Hızımı alamayıp düşeceğimi düşünüyordum. Bu yüzden ekstra dikkatliydim. Önüne geçtiğimde, durmasını sağladığımda, hiçbir şey olmayacağının bilincindeydim ama bileklerimi tutup sırtımı duvara yaslayan kişi benimle aynı fikirde değildi.
Kaşlarını çatarak sesini yükseltti. "Ne yaptığını sanıyorsun sen, ya düşseydin?" Yükselen sesi bile yeterince yüksek değildi. Endişeli gibiydi. İncitmekten korkar gibiydi.
Bu adama nasıl oluyordu da, şeytan diyorlardı?
"Evet, düşebilirdim. Bu yüzden sorumluluk alın ve soruma cevap verin, ne isteyeceksiniz?"
"Jeongguk." Kafasını eğdi ve sesli bir nefes verdi.
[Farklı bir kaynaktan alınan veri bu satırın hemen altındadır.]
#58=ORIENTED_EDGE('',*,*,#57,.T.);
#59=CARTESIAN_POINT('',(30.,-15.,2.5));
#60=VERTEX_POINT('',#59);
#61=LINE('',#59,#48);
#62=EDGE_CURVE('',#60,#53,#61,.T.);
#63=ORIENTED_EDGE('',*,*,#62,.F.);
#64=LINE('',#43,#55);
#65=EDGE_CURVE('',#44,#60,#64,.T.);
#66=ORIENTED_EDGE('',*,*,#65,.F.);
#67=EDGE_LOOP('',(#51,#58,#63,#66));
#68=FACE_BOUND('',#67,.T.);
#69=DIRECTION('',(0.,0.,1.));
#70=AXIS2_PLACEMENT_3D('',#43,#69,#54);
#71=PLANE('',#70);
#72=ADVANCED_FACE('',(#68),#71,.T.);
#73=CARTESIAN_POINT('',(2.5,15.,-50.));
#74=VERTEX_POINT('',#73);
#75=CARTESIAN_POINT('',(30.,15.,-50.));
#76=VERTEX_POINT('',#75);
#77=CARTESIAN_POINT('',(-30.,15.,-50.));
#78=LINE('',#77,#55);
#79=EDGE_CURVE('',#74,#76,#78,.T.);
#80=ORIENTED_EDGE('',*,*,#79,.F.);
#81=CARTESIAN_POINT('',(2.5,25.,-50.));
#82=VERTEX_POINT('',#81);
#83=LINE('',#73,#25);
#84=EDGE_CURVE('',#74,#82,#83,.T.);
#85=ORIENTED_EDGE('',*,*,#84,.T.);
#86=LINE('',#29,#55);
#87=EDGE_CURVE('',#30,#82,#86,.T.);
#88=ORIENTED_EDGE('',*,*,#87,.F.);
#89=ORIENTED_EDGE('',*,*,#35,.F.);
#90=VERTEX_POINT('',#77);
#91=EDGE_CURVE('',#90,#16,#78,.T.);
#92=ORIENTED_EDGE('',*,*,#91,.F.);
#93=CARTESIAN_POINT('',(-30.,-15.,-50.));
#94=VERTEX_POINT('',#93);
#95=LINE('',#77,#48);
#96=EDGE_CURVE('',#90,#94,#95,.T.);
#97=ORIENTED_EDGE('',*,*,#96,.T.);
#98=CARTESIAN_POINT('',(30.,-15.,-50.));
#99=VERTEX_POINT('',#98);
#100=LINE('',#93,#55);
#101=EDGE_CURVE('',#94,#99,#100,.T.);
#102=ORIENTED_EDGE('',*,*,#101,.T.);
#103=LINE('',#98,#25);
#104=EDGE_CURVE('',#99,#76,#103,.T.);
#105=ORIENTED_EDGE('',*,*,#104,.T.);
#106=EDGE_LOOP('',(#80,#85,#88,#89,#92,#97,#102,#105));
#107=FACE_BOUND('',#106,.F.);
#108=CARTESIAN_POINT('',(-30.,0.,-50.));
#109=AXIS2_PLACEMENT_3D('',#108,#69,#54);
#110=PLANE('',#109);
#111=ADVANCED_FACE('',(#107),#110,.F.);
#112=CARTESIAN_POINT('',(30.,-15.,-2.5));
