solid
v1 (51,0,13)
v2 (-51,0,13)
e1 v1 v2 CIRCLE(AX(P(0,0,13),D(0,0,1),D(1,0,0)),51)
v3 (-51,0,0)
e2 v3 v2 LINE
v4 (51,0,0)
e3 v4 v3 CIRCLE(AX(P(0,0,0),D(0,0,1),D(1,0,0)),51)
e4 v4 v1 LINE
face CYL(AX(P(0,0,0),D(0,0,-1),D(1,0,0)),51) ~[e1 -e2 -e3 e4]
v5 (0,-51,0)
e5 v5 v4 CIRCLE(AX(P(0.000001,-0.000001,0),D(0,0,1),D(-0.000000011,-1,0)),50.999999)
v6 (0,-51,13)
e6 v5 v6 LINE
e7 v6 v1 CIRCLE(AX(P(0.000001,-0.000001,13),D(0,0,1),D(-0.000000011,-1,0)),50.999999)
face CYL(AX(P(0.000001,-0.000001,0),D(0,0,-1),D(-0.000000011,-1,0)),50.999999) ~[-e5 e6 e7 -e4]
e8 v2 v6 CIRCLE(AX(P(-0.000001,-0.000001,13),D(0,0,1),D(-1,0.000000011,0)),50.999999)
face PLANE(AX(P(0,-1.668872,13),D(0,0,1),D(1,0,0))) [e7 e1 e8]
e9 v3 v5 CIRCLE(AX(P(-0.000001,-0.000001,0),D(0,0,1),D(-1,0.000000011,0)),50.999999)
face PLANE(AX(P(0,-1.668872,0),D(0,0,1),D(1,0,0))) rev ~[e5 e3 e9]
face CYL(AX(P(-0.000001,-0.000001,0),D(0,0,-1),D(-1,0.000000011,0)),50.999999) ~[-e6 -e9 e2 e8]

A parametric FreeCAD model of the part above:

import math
import FreeCAD as App
import Part
import Sketcher

V = App.Vector

doc = App.newDocument("Part")
body = doc.addObject("PartDesign::Body", "Body")

sketch1 = body.newObject("Sketcher::SketchObject", "Sketch")
sketch1.AttachmentSupport = (doc.getObject("XY_Plane"), [""])
sketch1.MapMode = "FlatFace"
sketch1.addGeometry([
    Part.ArcOfCircle(Part.Circle(V(0, 0, 0), V(0, 0, 1), 51), math.radians(-90), math.radians(0)),
    Part.ArcOfCircle(Part.Circle(V(0, 0, 0), V(0, 0, 1), 51), math.radians(0), math.radians(180)),
    Part.ArcOfCircle(Part.Circle(V(0, 0, 0), V(0, 0, 1), 51), math.radians(180), math.radians(270)),
], False)
sketch1.addConstraint([
    Sketcher.Constraint("Tangent", 0, 2, 1, 1),
    Sketcher.Constraint("Tangent", 1, 2, 2, 1),
    Sketcher.Constraint("Tangent", 2, 2, 0, 1),
    Sketcher.Constraint("Coincident", 0, 3, -1, 1),
    Sketcher.Constraint("PointOnObject", 0, 2, -1),
    Sketcher.Constraint("PointOnObject", 1, 2, -1),
    Sketcher.Constraint("PointOnObject", 2, 2, -2),
    Sketcher.Constraint("Radius", 0, 50.999999),
])
pad1 = body.newObject("PartDesign::Pad", "Pad")
pad1.Profile = sketch1
pad1.Length = 13

doc.recompute()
Koşan bendim ama o soluklanıyordu. "Aptal." diye fısıldadı.
"Aptal değilim."
"Aptal değilsen bile yalnızca bir hizmetçisin. İş görüşmelerim seni ilgilendirmiyor."
"Ama o benim arkadaşım."
İki yanında duran ellerini duvara doğru uzattı ve beni kendiyle duvar arasında sıkıştırdı. "Hatırlatıp dur bana bunu, isteyeceğim şey konusunda daha da yaratıcı olayım, devam et böyle."
"Kardeşinin kalbini falan istemezsiniz değil mi?"
"Ne?"
"Benden istemiştiniz, hatırlamıyor musunuz?" Endişeyle sormuştum. Ming si daha yedi yaşındaydı. Kalbini falan istemezdi, değil mi?
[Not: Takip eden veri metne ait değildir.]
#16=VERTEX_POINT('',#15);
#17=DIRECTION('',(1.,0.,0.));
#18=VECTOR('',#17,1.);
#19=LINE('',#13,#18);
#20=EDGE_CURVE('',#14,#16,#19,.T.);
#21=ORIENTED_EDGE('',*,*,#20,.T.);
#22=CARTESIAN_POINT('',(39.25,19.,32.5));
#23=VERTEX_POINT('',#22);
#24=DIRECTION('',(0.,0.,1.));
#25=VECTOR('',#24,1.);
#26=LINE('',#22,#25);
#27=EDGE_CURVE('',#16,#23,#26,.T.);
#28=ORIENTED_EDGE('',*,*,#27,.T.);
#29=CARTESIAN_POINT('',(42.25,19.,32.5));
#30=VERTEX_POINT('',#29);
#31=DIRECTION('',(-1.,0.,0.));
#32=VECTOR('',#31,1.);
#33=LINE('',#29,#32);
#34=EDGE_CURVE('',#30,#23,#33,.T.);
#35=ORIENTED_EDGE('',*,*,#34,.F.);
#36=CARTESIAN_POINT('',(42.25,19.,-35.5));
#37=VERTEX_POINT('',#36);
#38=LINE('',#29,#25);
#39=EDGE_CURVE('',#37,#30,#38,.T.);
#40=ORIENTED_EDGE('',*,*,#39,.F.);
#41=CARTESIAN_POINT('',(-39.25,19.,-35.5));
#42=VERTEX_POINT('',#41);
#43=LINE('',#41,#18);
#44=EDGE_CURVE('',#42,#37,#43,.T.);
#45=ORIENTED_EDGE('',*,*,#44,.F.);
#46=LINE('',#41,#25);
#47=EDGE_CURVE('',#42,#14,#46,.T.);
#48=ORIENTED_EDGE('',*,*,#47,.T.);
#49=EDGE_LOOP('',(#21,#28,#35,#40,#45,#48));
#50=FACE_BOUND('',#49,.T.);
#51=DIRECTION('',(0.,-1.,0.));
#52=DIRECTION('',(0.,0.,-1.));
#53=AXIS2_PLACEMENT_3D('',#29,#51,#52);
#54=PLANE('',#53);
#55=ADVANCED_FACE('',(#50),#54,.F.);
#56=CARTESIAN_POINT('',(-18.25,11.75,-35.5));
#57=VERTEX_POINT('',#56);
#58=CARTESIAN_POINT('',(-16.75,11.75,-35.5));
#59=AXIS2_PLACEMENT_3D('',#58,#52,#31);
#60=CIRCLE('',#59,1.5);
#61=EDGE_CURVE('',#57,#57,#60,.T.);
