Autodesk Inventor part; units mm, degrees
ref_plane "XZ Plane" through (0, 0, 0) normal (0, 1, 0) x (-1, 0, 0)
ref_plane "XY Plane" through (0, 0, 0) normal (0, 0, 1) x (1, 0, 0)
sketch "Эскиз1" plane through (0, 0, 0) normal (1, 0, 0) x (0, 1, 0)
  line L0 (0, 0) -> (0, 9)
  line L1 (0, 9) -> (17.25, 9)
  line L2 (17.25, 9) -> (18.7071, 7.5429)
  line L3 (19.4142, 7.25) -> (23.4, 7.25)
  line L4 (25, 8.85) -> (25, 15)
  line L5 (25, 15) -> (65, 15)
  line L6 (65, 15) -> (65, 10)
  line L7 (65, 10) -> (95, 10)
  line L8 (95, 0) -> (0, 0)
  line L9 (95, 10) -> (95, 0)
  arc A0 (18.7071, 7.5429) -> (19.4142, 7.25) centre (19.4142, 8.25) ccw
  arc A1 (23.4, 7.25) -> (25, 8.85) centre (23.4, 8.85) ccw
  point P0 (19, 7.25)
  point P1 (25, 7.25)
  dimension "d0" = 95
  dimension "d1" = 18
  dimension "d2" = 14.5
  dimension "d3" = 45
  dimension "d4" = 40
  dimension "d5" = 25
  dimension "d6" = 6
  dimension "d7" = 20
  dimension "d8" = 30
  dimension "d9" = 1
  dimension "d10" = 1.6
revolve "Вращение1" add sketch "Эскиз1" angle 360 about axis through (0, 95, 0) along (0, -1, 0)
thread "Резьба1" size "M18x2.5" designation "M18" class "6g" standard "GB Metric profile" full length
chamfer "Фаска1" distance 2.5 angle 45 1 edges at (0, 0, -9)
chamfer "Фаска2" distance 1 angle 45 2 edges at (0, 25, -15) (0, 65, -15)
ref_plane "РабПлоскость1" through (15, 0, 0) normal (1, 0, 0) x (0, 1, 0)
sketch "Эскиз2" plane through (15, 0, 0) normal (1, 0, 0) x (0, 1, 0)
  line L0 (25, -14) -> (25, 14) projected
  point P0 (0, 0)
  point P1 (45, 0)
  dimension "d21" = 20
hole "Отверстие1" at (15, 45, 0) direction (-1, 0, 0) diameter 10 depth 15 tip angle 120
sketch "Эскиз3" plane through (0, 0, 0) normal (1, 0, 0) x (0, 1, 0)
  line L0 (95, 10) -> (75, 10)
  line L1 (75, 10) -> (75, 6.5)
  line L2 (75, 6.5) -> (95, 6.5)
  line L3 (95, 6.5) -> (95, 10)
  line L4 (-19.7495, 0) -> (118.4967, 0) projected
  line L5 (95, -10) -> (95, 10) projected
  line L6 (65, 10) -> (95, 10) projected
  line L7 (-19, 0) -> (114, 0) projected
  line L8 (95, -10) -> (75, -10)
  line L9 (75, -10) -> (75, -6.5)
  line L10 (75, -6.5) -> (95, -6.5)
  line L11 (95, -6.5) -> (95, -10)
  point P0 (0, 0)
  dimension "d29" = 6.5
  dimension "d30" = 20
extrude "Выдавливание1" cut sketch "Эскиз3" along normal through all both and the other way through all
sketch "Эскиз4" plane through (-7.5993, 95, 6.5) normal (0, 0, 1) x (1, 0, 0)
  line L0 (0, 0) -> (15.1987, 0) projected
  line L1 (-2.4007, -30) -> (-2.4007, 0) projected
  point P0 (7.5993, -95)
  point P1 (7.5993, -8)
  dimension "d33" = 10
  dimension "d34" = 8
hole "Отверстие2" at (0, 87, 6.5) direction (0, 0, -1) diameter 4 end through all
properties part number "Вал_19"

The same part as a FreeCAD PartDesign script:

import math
import FreeCAD as App
import Part
import Sketcher
from FreeCAD import Vector
Q = App.Units.Quantity


def edges_at(feature, points):
    """Names of the edges that pass closest to the given points."""
    edges = feature.Shape.Edges
    near = lambda p: min(range(len(edges)), key=lambda i: edges[i].distToShape(Part.Vertex(*p))[0])
    return sorted({f"Edge{near(p) + 1}" for p in points})


def add_polygon(sketch, points):
    """Adds a closed chain of lines whose ends are joined by coincident constraints."""
    first, n = sketch.GeometryCount, len(points)
    for a, b in zip(points, points[1:] + points[:1]):
        sketch.addGeometry(Part.LineSegment(App.Vector(*a, 0), App.Vector(*b, 0)), False)
    for i in range(n):
        sketch.addConstraint(Sketcher.Constraint("Coincident", first + i, 2, first + (i + 1) % n, 1))

doc = App.newDocument("Part")
body = doc.addObject("PartDesign::Body", "Body")

# Sketch on YZ plane
sketch1 = body.newObject("Sketcher::SketchObject", "Sketch")
sketch1.AttachmentSupport = (doc.getObject("YZ_Plane"), [""])
sketch1.MapMode = "FlatFace"
sketch1.addGeometry(Part.LineSegment(Vector(0, 9, 0), Vector(0, 0, 0)), False)
sketch1.addGeometry(Part.LineSegment(Vector(0, 0, 0), Vector(95, 0, 0)), False)
sketch1.addGeometry(Part.LineSegment(Vector(95, 0, 0), Vector(95, 10, 0)), False)
sketch1.addGeometry(Part.LineSegment(Vector(95, 10, 0), Vector(65, 10, 0)), False)
sketch1.addGeometry(Part.LineSegment(Vector(65, 10, 0), Vector(65, 15, 0)), False)
sketch1.addGeometry(Part.LineSegment(Vector(65, 15, 0), Vector(25, 15, 0)), False)
sketch1.addGeometry(Part.LineSegment(Vector(25, 15, 0), Vector(25, 8.8, 0)), False)
sketch1.addGeometry(Part.ArcOfCircle(Part.Circle(Vector(23.4, 8.8, 0), Vector(0, 0, 1), 1.6), math.radians(-90), math.radians(0)), False)
sketch1.addGeometry(Part.LineSegment(Vector(23.4, 7.2, 0), Vector(19.4, 7.2, 0)), False)
sketch1.addGeometry(Part.ArcOfCircle(Part.Circle(Vector(19.4, 8.2, 0), Vector(0, 0, 1), 1), math.radians(-135), math.radians(-90)), False)
sketch1.addGeometry(Part.LineSegment(Vector(18.7, 7.5, 0), Vector(17.2, 9, 0)), False)
sketch1.addGeometry(Part.LineSegment(Vector(17.2, 9, 0), Vector(0, 9, 0)), False)
sketch1.addConstraint(Sketcher.Constraint("Coincident", 0, 2, 1, 1))
sketch1.addConstraint(Sketcher.Constraint("Coincident", 1, 2, 2, 1))
sketch1.addConstraint(Sketcher.Constraint("Coincident", 2, 2, 3, 1))
sketch1.addConstraint(Sketcher.Constraint("Coincident", 3, 2, 4, 1))
sketch1.addConstraint(Sketcher.Constraint("Coincident", 4, 2, 5, 1))
sketch1.addConstraint(Sketcher.Constraint("Coincident", 5, 2, 6, 1))
sketch1.addConstraint(Sketcher.Constraint("Tangent", 6, 2, 7, 2))
sketch1.addConstraint(Sketcher.Constraint("Tangent", 7, 1, 8, 1))
sketch1.addConstraint(Sketcher.Constraint("Tangent", 8, 2, 9, 2))
sketch1.addConstraint(Sketcher.Constraint("Tangent", 9, 1, 10, 1))
sketch1.addConstraint(Sketcher.Constraint("Coincident", 10, 2, 11, 1))
sketch1.addConstraint(Sketcher.Constraint("Coincident", 11, 2, 0, 1))
sketch1.addConstraint(Sketcher.Constraint("Vertical", 0))
sketch1.addConstraint(Sketcher.Constraint("Horizontal", 1))
sketch1.addConstraint(Sketcher.Constraint("Vertical", 2))
sketch1.addConstraint(Sketcher.Constraint("Horizontal", 3))
sketch1.addConstraint(Sketcher.Constraint("Vertical", 4))
sketch1.addConstraint(Sketcher.Constraint("Horizontal", 5))
sketch1.addConstraint(Sketcher.Constraint("Vertical", 6))
sketch1.addConstraint(Sketcher.Constraint("Horizontal", 8))
sketch1.addConstraint(Sketcher.Constraint("Horizontal", 11))
sketch1.addConstraint(Sketcher.Constraint("Coincident", 0, 2, -1, 1))
sketch1.addConstraint(Sketcher.Constraint("Radius", 9, Q("1 mm")))
sketch1.addConstraint(Sketcher.Constraint("Radius", 7, Q("1.6 mm")))
sketch1.addConstraint(Sketcher.Constraint("DistanceX", 1, 1, 1, 2, Q("95 mm")))
sketch1.addConstraint(Sketcher.Constraint("DistanceX", 3, 2, 3, 1, Q("30 mm")))
sketch1.addConstraint(Sketcher.Constraint("DistanceX", 5, 2, 5, 1, Q("40 mm")))
sketch1.addConstraint(Sketcher.Constraint("DistanceY", 0, 2, 0, 1, Q("9 mm")))
sketch1.addConstraint(Sketcher.Constraint("DistanceY", 2, 1, 2, 2, Q("10 mm")))
sketch1.addConstraint(Sketcher.Constraint("DistanceY", 4, 1, 4, 2, Q("5 mm")))
sketch1.addConstraint(Sketcher.Constraint("Angle", 10, Q("135 deg")))
sketch1.addConstraint(Sketcher.Constraint("DistanceX", 11, 2, 11, 1, Q("17.25 mm")))
sketch1.addConstraint(Sketcher.Constraint("DistanceY", 6, 2, 6, 1, Q("6.15 mm")))
revolution = body.newObject("PartDesign::Revolution", "Revolution")
revolution.Profile = sketch1
revolution.ReferenceAxis = (sketch1, ["H_Axis"])
revolution.Angle = 360
doc.recompute()

chamfer = body.newObject("PartDesign::Chamfer", "Chamfer")
chamfer.Base = (revolution, edges_at(revolution, [(0, 0, -9)]))
chamfer.Size = 2.5
doc.recompute()

chamfer2 = body.newObject("PartDesign::Chamfer", "Chamfer001")
chamfer2.Base = (chamfer, edges_at(chamfer, [(0, 25, -15), (0, 65, -15)]))
chamfer2.Size = 1

# Sketch on YZ plane
sketch2 = body.newObject("Sketcher::SketchObject", "Sketch001")
sketch2.AttachmentSupport = (doc.getObject("YZ_Plane"), [""])
sketch2.MapMode = "FlatFace"
sketch2.AttachmentOffset = App.Placement(Vector(0, 0, 15), App.Rotation())
sketch2.addGeometry(Part.Circle(Vector(45, 0, 0), Vector(0, 0, 1), 5), False)
sketch2.addConstraint(Sketcher.Constraint("PointOnObject", 0, 3, -1))
sketch2.addConstraint(Sketcher.Constraint("Diameter", 0, Q("10 mm")))
sketch2.addConstraint(Sketcher.Constraint("DistanceX", -1, 1, 0, 3, Q("45 mm")))
doc.recompute()
hole = body.newObject("PartDesign::Hole", "Hole")
hole.Profile = sketch2
hole.ThreadType = "None"
hole.Diameter = 10
hole.DepthType = "Dimension"
hole.Depth = 15
hole.DrillPoint = "Angled"
hole.DrillPointAngle = 120

# Sketch on YZ plane
sketch3 = body.newObject("Sketcher::SketchObject", "Sketch002")
sketch3.AttachmentSupport = (doc.getObject("YZ_Plane"), [""])
sketch3.MapMode = "FlatFace"
add_polygon(sketch3, [(95, 6.5), (95, 10), (75, 10), (75, 6.5)])  # lines 0-3
add_polygon(sketch3, [(95, -10), (95, -6.5), (75, -6.5), (75, -10)])  # lines 4-7
sketch3.addConstraint(Sketcher.Constraint("Vertical", 0))
sketch3.addConstraint(Sketcher.Constraint("Horizontal", 1))
sketch3.addConstraint(Sketcher.Constraint("Vertical", 2))
sketch3.addConstraint(Sketcher.Constraint("Horizontal", 3))
sketch3.addConstraint(Sketcher.Constraint("Vertical", 4))
sketch3.addConstraint(Sketcher.Constraint("Horizontal", 5))
sketch3.addConstraint(Sketcher.Constraint("Vertical", 6))
sketch3.addConstraint(Sketcher.Constraint("Horizontal", 7))
sketch3.addConstraint(Sketcher.Constraint("Symmetric", 3, 2, 4, 2, -1))
sketch3.addConstraint(Sketcher.Constraint("Symmetric", 1, 2, 6, 2, -1))
sketch3.addConstraint(Sketcher.Constraint("DistanceX", 1, 2, 1, 1, Q("20 mm")))
sketch3.addConstraint(Sketcher.Constraint("DistanceY", 6, 2, 1, 2, Q("20 mm")))
sketch3.addConstraint(Sketcher.Constraint("DistanceY", -1, 1, 2, 2, Q("6.5 mm")))
sketch3.addConstraint(Sketcher.Constraint("DistanceX", -1, 1, 0, 2, Q("95 mm")))
pocket1 = body.newObject("PartDesign::Pocket", "Pocket")
pocket1.Profile = sketch3
pocket1.Type = "ThroughAll"
pocket1.Midplane = True

# Sketch on XY plane
sketch4 = body.newObject("Sketcher::SketchObject", "Sketch003")
sketch4.AttachmentSupport = (doc.getObject("XY_Plane"), [""])
sketch4.MapMode = "FlatFace"
sketch4.AttachmentOffset = App.Placement(Vector(0, 0, 6.5), App.Rotation())
sketch4.addGeometry(Part.Circle(Vector(0, 87, 0), Vector(0, 0, 1), 2), False)
sketch4.addConstraint(Sketcher.Constraint("PointOnObject", 0, 3, -2))
sketch4.addConstraint(Sketcher.Constraint("Diameter", 0, Q("4 mm")))
sketch4.addConstraint(Sketcher.Constraint("DistanceY", -1, 1, 0, 3, Q("87 mm")))
doc.recompute()
hole2 = body.newObject("PartDesign::Hole", "Hole001")
hole2.Profile = sketch4
hole2.ThreadType = "None"
hole2.Diameter = 4
hole2.DepthType = "ThroughAll"

doc.recompute()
Sanki çok komik bir şeyden bahsetmişim gibi güldü. İnci gibi olan dişleri gözler önüne serildi. Gülmek ona çok yakışıyordu. "Kimbilir."
"Bilemem ama bilmek isterim." İyice yakınlaşıp gözlerinin içine bakmıştım. Göz bebeklerinin içinden kendimi görmüştüm. Yavru bir kedi gibi yalvarıyordum. "Sikeyim." dedi.
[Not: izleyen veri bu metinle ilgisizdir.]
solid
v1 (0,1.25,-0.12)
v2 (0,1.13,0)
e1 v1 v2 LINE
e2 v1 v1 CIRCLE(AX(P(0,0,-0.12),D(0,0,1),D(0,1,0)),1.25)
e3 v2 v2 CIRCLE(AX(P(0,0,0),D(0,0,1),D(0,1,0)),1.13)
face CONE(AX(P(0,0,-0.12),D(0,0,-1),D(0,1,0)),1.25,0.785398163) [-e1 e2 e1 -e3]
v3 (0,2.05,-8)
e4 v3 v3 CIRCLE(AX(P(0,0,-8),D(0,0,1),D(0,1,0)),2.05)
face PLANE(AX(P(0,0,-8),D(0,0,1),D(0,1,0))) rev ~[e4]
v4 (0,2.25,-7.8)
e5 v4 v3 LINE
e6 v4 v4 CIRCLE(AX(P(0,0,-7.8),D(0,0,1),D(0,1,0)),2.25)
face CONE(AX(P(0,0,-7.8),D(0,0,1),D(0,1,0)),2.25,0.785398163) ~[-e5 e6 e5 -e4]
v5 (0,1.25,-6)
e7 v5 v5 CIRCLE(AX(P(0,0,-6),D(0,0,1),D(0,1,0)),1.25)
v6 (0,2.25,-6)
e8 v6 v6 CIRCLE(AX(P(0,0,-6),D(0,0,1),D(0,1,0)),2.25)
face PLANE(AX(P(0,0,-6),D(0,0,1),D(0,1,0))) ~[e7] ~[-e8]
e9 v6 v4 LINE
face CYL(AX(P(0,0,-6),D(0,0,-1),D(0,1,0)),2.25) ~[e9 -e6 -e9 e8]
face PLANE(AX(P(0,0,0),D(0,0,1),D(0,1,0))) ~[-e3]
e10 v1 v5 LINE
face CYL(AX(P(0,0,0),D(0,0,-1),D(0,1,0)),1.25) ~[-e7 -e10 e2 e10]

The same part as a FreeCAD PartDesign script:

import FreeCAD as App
import Part
import Sketcher
from FreeCAD import Vector
Q = App.Units.Quantity

doc = App.newDocument("Part")
body = doc.addObject("PartDesign::Body", "Body")

# Sketch on YZ plane
sketch1 = body.newObject("Sketcher::SketchObject", "Sketch")
sketch1.AttachmentSupport = (doc.getObject("YZ_Plane"), [""])
sketch1.MapMode = "FlatFace"
sketch1.addGeometry([
    Part.LineSegment(Vector(1.13, 0, 0), Vector(0, 0, 0)),  # 0
    Part.LineSegment(Vector(0, 0, 0), Vector(0, -8, 0)),  # 1
    Part.LineSegment(Vector(0, -8, 0), Vector(2.05, -8, 0)),  # 2
    Part.LineSegment(Vector(2.05, -8, 0), Vector(2.25, -7.8, 0)),  # 3
    Part.LineSegment(Vector(2.25, -7.8, 0), Vector(2.25, -6, 0)),  # 4
    Part.LineSegment(Vector(2.25, -6, 0), Vector(1.25, -6, 0)),  # 5
    Part.LineSegment(Vector(1.25, -6, 0), Vector(1.25, -0.12, 0)),  # 6
    Part.LineSegment(Vector(1.25, -0.12, 0), Vector(1.13, 0, 0)),  # 7
], False)
sketch1.addConstraint([
    Sketcher.Constraint("Coincident", 0, 2, 1, 1),
    Sketcher.Constraint("Coincident", 1, 2, 2, 1),
    Sketcher.Constraint("Coincident", 2, 2, 3, 1),
    Sketcher.Constraint("Coincident", 3, 2, 4, 1),
    Sketcher.Constraint("Coincident", 4, 2, 5, 1),
    Sketcher.Constraint("Coincident", 5, 2, 6, 1),
    Sketcher.Constraint("Coincident", 6, 2, 7, 1),
    Sketcher.Constraint("Coincident", 7, 2, 0, 1),
    Sketcher.Constraint("Horizontal", 0),
    Sketcher.Constraint("Vertical", 1),
    Sketcher.Constraint("Horizontal", 2),
    Sketcher.Constraint("Vertical", 4),
    Sketcher.Constraint("Horizontal", 5),
    Sketcher.Constraint("Vertical", 6),
    Sketcher.Constraint("Coincident", 0, 2, -1, 1),
    Sketcher.Constraint("Perpendicular", 3, 7),
    Sketcher.Constraint("Angle", 3, Q("45 deg")),
    Sketcher.Constraint("DistanceY", 4, 2, -1, 1, Q("6 mm")),
    Sketcher.Constraint("DistanceY", 2, 2, 4, 2, Q("2 mm")),
    Sketcher.Constraint("DistanceX", 2, 2, 3, 2, Q("0.2 mm")),
    Sketcher.Constraint("DistanceX", 5, 2, 5, 1, Q("1 mm")),
    Sketcher.Constraint("DistanceX", -1, 1, 3, 2, Q("2.25 mm")),
    Sketcher.Constraint("DistanceY", 6, 2, -1, 1, Q("0.12 mm")),
])
revolution = body.newObject("PartDesign::Revolution", "Revolution")
revolution.Profile = sketch1
revolution.ReferenceAxis = (sketch1, ["V_Axis"])
revolution.Angle = 360

doc.recompute()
Ne olduğunu anlayamadım. "Ne?" diye sordum ama cevap vermedi. Yalnızca yüzümü inceledi. "Sikeceğim." dedi tekrar. Mimiklerini yakalamaya çalışıyordum ama ne olduğunu gerçekten anlayamıyordum.
Bir anda bir adım daha attı ve dibime girdi. Eş zamanlı olarak çenemi tuttu ve yukarı kaldırdı. Dudaklarıma yapıştı.
Dudaklarıma mı yapıştı?
Duvarda duran eli olduğu yerden ayrılıp belime gelmiş, geldiği gibi yerinde turlayarak kalçalarıma ilerlemişti. Her şey bir anda olmuştu.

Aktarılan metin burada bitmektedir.